🤖 AI Summary
This work addresses the problem of model collapse in large language models caused by training on data contaminated with their own generated content. From a learning-theoretic perspective, the authors propose a replay adversary framework that injects historical model outputs into the training stream, offering the first fine-grained theoretical characterization of model collapse within the language generation limit paradigm. By integrating language generation limit theory, replay adversarial modeling, and non-uniform generation analysis, they reveal that replay is benign under strong consistency generation but induces performance degradation under weak generation paradigms. This study not only elucidates the effectiveness and limitations of existing mitigation strategies—such as data filtering, watermarking, and output curation—but also provides rigorous theoretical grounding and delineates their failure boundaries.
📝 Abstract
As scaling laws push the training of frontier large language models (LLMs) toward ever-growing data requirements, training pipelines are approaching a regime where much of the publicly available online text may be consumed. At the same time, widespread LLM usage increases the volume of machine-generated content on the web; together, these trends raise the likelihood of generated text re-entering future training corpora, increasing the associated risk of performance degradation often called model collapse. In practice, model developers address this concern through data cleaning, watermarking, synthetic-data policies, or, in some cases, blissful ignorance.

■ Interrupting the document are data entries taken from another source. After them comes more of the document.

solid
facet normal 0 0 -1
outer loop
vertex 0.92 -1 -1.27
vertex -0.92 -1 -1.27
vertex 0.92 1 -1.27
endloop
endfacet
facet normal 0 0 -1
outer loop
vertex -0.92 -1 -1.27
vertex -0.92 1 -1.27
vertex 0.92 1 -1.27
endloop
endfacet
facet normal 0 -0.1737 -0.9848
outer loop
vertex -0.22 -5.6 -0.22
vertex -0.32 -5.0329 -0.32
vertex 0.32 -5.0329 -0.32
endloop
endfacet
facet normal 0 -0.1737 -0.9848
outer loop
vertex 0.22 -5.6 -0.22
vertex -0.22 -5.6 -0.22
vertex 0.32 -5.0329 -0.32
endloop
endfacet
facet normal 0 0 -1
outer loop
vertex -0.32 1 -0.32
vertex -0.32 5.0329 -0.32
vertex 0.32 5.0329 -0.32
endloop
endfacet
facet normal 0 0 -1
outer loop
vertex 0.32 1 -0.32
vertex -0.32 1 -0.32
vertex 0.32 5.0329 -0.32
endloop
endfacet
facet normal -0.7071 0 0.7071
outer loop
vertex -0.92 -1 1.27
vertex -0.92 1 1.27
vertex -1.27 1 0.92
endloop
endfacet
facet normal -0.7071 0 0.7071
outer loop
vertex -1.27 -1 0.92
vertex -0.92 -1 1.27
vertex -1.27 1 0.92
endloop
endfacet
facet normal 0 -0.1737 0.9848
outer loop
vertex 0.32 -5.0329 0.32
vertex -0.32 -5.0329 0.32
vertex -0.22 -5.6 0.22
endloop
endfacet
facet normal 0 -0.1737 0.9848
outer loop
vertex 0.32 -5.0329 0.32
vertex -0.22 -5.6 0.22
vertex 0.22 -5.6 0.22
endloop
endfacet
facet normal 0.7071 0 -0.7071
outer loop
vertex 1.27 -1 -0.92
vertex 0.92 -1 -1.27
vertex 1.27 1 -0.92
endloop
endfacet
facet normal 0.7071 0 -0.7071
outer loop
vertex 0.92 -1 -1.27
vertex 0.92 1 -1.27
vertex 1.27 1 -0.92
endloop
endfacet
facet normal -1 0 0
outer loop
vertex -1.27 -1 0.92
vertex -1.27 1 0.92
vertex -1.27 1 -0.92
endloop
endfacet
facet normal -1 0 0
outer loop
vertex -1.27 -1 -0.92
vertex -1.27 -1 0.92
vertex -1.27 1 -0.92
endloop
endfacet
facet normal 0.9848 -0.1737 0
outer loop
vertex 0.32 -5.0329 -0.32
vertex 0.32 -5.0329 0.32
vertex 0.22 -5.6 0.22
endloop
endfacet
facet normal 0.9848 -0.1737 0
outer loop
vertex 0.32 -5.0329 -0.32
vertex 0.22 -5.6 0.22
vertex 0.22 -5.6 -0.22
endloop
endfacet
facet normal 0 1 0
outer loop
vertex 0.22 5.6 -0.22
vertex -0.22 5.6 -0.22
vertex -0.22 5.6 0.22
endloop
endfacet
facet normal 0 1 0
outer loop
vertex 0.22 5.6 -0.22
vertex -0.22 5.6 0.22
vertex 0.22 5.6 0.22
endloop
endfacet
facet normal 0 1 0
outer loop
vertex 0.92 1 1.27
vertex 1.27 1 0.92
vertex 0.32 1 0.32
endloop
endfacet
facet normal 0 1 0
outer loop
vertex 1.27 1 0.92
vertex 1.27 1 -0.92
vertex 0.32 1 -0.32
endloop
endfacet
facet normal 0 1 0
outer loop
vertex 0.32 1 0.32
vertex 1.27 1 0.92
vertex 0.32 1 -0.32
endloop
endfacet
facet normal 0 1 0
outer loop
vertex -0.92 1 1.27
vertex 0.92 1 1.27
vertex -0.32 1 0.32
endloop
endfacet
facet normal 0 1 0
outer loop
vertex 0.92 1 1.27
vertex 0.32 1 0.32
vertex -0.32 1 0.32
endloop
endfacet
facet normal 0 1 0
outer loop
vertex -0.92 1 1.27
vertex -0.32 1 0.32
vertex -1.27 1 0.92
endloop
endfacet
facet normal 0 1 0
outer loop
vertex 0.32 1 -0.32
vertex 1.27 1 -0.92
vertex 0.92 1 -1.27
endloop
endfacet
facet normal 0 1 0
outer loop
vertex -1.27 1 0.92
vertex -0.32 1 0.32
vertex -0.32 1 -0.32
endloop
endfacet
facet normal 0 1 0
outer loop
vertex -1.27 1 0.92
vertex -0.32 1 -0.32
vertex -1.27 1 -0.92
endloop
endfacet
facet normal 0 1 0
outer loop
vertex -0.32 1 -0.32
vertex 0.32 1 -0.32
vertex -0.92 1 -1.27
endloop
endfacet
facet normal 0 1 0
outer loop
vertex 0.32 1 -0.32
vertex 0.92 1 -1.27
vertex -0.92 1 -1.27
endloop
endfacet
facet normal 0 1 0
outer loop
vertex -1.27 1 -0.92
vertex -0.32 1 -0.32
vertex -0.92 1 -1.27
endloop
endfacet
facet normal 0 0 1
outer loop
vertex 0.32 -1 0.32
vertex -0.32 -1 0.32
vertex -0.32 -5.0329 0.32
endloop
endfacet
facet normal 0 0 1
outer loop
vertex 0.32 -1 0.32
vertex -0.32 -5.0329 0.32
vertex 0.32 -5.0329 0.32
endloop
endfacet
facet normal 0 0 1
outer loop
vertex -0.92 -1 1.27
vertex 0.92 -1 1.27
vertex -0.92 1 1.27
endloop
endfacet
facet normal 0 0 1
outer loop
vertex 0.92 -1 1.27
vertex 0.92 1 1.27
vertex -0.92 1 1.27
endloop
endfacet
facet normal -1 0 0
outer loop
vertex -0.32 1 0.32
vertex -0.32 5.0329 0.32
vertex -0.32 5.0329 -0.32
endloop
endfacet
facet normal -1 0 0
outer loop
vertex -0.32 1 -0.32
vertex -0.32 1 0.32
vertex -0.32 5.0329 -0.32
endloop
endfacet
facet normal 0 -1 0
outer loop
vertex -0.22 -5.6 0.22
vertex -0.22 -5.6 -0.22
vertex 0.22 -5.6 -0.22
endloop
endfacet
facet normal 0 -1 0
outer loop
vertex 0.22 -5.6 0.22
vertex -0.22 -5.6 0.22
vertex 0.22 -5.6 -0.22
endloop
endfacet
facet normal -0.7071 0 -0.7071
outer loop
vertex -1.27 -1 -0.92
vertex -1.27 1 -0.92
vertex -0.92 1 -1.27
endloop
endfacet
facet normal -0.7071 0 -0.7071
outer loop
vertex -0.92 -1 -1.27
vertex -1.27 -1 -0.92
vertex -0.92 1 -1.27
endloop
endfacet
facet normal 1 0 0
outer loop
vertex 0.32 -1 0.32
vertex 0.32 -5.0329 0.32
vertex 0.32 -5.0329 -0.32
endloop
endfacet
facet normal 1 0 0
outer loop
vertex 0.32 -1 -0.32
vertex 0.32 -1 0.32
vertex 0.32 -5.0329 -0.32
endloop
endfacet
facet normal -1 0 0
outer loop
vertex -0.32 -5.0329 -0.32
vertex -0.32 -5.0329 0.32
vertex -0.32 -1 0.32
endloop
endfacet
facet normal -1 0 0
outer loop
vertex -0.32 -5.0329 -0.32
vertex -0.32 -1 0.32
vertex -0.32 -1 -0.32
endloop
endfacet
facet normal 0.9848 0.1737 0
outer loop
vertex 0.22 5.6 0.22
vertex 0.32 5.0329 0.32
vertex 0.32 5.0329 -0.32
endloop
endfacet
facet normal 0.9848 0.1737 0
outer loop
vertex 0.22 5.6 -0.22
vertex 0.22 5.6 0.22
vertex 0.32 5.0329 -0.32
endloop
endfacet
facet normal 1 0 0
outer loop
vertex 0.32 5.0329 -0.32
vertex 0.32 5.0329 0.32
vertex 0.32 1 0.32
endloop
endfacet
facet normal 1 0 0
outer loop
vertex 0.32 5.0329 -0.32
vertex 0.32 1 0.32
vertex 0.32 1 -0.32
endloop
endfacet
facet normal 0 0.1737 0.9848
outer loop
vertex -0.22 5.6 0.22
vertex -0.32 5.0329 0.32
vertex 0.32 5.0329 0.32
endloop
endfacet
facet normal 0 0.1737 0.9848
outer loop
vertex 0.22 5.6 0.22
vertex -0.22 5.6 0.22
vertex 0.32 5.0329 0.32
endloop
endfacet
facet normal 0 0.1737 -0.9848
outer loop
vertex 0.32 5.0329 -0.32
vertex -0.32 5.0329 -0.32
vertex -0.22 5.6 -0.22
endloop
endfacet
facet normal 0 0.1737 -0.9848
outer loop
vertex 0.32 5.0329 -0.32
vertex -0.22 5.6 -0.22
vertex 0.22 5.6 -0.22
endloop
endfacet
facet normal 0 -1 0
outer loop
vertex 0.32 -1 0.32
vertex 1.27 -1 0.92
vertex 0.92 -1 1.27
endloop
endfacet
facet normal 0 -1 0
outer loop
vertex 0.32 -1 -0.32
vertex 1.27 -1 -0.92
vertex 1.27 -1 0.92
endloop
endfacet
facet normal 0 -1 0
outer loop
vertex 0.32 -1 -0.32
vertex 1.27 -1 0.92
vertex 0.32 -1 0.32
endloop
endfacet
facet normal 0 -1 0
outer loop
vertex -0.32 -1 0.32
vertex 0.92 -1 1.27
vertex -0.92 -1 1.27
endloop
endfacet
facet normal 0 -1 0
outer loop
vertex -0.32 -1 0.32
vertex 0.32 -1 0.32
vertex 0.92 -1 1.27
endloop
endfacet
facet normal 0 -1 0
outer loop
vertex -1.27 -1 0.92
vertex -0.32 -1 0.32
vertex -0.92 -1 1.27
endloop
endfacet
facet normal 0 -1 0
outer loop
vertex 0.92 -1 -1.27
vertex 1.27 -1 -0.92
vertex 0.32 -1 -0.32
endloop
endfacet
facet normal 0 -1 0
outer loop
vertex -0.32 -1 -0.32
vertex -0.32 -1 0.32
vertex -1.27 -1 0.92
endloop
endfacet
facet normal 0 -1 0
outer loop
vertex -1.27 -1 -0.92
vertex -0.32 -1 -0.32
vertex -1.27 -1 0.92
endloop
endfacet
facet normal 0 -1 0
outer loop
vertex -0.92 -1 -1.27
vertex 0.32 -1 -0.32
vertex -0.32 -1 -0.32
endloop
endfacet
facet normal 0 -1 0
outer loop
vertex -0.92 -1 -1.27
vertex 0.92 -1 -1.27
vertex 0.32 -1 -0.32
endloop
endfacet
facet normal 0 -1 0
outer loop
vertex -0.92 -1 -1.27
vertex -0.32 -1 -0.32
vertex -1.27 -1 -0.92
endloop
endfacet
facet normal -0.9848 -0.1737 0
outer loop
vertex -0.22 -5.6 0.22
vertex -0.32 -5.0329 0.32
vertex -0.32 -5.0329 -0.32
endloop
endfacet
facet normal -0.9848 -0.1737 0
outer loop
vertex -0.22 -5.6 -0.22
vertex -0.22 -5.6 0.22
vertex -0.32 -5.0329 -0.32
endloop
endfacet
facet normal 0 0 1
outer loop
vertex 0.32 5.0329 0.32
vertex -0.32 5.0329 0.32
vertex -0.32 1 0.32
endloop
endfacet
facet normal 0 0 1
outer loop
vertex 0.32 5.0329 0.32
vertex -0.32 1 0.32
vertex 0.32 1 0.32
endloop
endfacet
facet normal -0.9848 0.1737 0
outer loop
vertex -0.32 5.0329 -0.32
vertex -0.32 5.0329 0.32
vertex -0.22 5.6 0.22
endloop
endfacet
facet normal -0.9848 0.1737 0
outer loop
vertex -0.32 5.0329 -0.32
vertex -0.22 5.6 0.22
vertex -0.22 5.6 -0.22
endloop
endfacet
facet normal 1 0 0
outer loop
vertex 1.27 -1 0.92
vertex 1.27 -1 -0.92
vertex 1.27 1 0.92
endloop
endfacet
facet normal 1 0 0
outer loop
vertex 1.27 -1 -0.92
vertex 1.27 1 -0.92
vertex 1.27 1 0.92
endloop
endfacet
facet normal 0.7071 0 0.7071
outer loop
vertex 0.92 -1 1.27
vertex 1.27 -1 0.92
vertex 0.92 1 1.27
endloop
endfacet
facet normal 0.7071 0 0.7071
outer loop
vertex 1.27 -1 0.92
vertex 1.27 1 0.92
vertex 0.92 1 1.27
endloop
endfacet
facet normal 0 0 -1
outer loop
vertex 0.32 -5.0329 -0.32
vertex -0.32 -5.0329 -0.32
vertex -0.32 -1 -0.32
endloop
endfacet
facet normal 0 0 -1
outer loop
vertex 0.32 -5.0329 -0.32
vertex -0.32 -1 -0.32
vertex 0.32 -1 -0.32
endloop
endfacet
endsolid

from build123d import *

# Parameters (mm, degrees)
SALIENTE_EXTRUIR1_DEPTH = 1
CROQUIS2_W              = 0.64
CROQUIS2_H              = 0.64
SALIENTE_EXTRUIR2_DEPTH = 5.6
CHAFL_N1_SIZE           = 0.1
CHAFL_N1_SIZE2          = 0.567128182
CHAFL_N1_PART_2_SIZE    = 0.1
CHAFL_N1_PART_2_SIZE2   = 0.567128182


with BuildPart() as part:
    # Croquis1 → Saliente-Extruir1 (new body, symmetric)
    with BuildSketch(Plane(origin=(0, 0, 0), x_dir=(1, 0, 0), z_dir=(0, 1, 0))):
        Polygon((-1.27, 0.92), (-0.92, 1.27), (0.92, 1.27), (1.27, 0.92), (1.27, -0.92), (0.92, -1.27), (-0.92, -1.27), (-1.27, -0.92), align=None)
    extrude(amount=SALIENTE_EXTRUIR1_DEPTH, both=True)

    # Croquis2 → Saliente-Extruir2 (add, symmetric)
    with BuildSketch(Plane(origin=(0, 0, 0), x_dir=(1, 0, 0), z_dir=(0, 1, 0))):
        Rectangle(CROQUIS2_W, CROQUIS2_H)
    extrude(amount=SALIENTE_EXTRUIR2_DEPTH, both=True)

    # Chaflán1
    chafl_n1_edges = [part.edges().sort_by_distance(p)[0] for p in [
        (0.32, -5.6, 0),
        (0, -5.6, -0.32),
        (-0.32, -5.6, 0),
        (0, -5.6, 0.32),
    ]]
    chafl_n1_side = [part.faces().sort_by_distance(p)[0] for p in [
        (0, -5.6, 0),
    ]]
    chamfer(chafl_n1_edges, length=CHAFL_N1_SIZE, length2=CHAFL_N1_SIZE2, reference=chafl_n1_side[0])

    # Chaflán1 part 2
    chafl_n1_part_2_edges = [part.edges().sort_by_distance(p)[0] for p in [
        (0.32, 5.6, 0),
        (0, 5.6, -0.32),
        (-0.32, 5.6, 0),
        (0, 5.6, 0.32),
    ]]
    chafl_n1_part_2_side = [part.faces().sort_by_distance(p)[0] for p in [
        (0, 5.6, 0),
    ]]
    chamfer(chafl_n1_part_2_edges, length=CHAFL_N1_PART_2_SIZE, length2=CHAFL_N1_PART_2_SIZE2, reference=chafl_n1_part_2_side[0])


solid = part.part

However, the problem of model collapse in generative models has not been examined from a learning-theoretic perspective: we study it through the theoretical lens of the language generation in the limit framework, introducing a replay adversary that augments the example stream with the generator's own past outputs. Our main contribution is a fine-grained learning-theoretic characterization of when replay fundamentally limits generation: while replay is benign for the strongest notion of uniform generation, it provably creates separations for the weaker notions of non-uniform generation and generation in the limit. Interestingly, our positive results mirror heuristics widely used in practice, such as data cleaning, watermarking, and output filtering, while our separations show when these ideas can fail.